Description of Problem: Version-Release number of selected component (if applicable): 2.4.7-10 How Reproducible: ALWAYS Steps to Reproduce: 1. Install RedHat 7.2 2. Boot (Ensure MPS Spec 1.1 in Bios. MPS 1.4 causes this Asus CUV-4X dual PIII 933 to hang on ISAPNP scanning for devices on boot up.) 3. Be disappointed with poor (udma-33 equivalent drive I/O performance.) Actual Results: Going to INIT 1 and then running hdparm -t /dev/hda or hdparm -t /dev/hdb produces results of 20.08 for HDA and 24.37 for HDB, which are an IBM 40 GB ATA 100 drive and a Maxtor 100 GB ATA 100 drive respectively. Expected Results Disk I/O data transfer rates were expected to be in the 30 MB/sec to 60 MB/sec range. A number of Dell Optiplex machines at this site have UDMA 33 controllers and manage more than 30 MB/sec. Additional Information: cat /proc/ide/via ----------VIA BusMastering IDE Configuration---------------- Driver Version: 3.23 South Bridge: VIA vt82c686b Revision: ISA 0x40 IDE 0x6 Highest DMA rate: UDMA100 BM-DMA base: 0xd800 PCI clock: 33MHz Master Read Cycle IRDY: 0ws Master Write Cycle IRDY: 0ws BM IDE Status Register Read Retry: yes Max DRDY Pulse Width: No limit -----------------------Primary IDE-------Secondary IDE------ Read DMA FIFO flush: yes yes End Sector FIFO flush: no no Prefetch Buffer: yes no Post Write Buffer: yes no Enabled: yes yes Simplex only: no no Cable Type: 40w 40w -------------------drive0----drive1----drive2----drive3----- Transfer Mode: UDMA UDMA DMA UDMA Address Setup: 30ns 30ns 30ns 30ns Cmd Active: 90ns 90ns 90ns 90ns Cmd Recovery: 30ns 30ns 30ns 30ns Data Active: 90ns 90ns 90ns 90ns Data Recovery: 30ns 30ns 30ns 30ns Cycle Time: 60ns 60ns 120ns 60ns Transfer Rate: 33.3MB/s 33.3MB/s 16.5MB/s 33.3MB/s [root@liberty1 ide]# pwd /proc/ide [root@liberty1 ide]# It seems clear from the above (as well as the attached dmesg output) that the maximum transfer rate is 100 MB/s, and that all I am getting is 33.3MB/s for all drives (except the CD Burner at HDC.)

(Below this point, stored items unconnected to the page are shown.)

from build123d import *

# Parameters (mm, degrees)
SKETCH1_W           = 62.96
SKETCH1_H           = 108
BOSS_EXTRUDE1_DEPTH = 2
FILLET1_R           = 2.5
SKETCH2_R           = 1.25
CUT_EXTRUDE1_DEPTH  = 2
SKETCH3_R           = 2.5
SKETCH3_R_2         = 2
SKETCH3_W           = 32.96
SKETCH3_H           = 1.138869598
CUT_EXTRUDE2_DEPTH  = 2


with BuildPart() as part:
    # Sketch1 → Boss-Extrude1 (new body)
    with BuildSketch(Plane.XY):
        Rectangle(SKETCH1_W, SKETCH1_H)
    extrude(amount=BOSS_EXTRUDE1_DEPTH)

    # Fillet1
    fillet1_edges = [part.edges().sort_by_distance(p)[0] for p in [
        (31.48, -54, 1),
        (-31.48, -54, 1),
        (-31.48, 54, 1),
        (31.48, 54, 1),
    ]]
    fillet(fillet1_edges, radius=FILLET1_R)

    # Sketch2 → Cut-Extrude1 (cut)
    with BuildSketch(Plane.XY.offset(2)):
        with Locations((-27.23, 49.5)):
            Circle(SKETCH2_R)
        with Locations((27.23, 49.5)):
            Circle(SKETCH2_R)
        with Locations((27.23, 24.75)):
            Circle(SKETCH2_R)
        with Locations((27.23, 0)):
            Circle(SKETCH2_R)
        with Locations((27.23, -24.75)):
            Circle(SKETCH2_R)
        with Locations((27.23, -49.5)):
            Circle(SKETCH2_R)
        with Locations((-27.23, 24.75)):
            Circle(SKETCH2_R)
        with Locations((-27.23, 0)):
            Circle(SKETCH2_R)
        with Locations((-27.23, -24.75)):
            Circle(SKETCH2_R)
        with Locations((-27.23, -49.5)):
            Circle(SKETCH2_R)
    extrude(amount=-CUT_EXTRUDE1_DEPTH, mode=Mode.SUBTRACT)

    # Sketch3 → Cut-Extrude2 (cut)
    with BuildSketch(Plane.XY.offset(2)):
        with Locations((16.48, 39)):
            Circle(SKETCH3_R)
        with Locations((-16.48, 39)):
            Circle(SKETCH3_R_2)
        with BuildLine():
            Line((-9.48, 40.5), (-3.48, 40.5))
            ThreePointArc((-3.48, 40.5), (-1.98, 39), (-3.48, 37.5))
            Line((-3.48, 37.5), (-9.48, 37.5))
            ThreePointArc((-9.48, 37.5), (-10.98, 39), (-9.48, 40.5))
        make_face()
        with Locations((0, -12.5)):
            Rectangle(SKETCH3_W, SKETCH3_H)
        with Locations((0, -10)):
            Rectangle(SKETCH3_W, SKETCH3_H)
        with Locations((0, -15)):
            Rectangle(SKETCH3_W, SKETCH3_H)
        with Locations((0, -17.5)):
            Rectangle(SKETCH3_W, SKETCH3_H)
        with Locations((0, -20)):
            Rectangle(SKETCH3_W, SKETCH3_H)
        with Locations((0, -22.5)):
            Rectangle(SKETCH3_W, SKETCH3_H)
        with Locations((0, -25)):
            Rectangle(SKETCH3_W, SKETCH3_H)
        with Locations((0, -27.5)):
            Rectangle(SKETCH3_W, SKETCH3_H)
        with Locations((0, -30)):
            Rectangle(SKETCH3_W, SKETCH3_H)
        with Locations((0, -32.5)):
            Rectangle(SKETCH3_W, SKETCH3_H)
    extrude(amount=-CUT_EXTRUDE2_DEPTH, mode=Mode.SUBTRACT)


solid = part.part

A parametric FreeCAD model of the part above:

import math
import FreeCAD as App
import Part
import Sketcher

V = App.Vector


def edges_at(feature, points):
    """Names of the edges that pass closest to the given points."""
    edges = feature.Shape.Edges
    near = lambda p: min(range(len(edges)), key=lambda i: edges[i].distToShape(Part.Vertex(*p))[0])
    return sorted({f"Edge{near(p) + 1}" for p in points})


def add_polygon(sketch, points):
    """Adds a closed chain of lines whose ends are joined by coincident constraints."""
    first, n = sketch.GeometryCount, len(points)
    for a, b in zip(points, points[1:] + points[:1]):
        sketch.addGeometry(Part.LineSegment(App.Vector(*a, 0), App.Vector(*b, 0)), False)
    for i in range(n):
        sketch.addConstraint(Sketcher.Constraint("Coincident", first + i, 2, first + (i + 1) % n, 1))

doc = App.newDocument("Part")
params = doc.addObject("Spreadsheet::Sheet", "Params")
for row, (alias, value) in enumerate([
    ("sketch1_height", "108 mm"),
    ("sketch1_width", "62.96 mm"),
    ("pad1_length", "2 mm"),
    ("fillet_radius", "2.5 mm"),
    ("sketch2_diameter", "2.5 mm"),
    ("pocket1_length", "2 mm"),
    ("sketch3_diameter", "5 mm"),
    ("sketch3_diameter2", "4 mm"),
    ("sketch3_radius", "1.5 mm"),
    ("sketch3_width", "6 mm"),
    ("sketch3_width2", "32.96 mm"),
    ("pocket2_length", "2 mm"),
], start=1):
    params.set(f"A{row}", alias)
    params.set(f"B{row}", "=" + value)
    params.setAlias(f"B{row}", alias)

body = doc.addObject("PartDesign::Body", "Body")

VIA controllers sometimes misdetect a udma33 cable as a udma66 cable, and as a result we have to not trust the chipset. You can tell the kernel you have safe cables by passing "ide0=ata66" on the kernel commandline (edit grub.conf for that and add it to the end of the line with vmlinuz in it)
Created attachment 37282 [details] dmessg output detailing problem and showing sample from another machine that UDMA66/UDMA 100 *SHOULD* work....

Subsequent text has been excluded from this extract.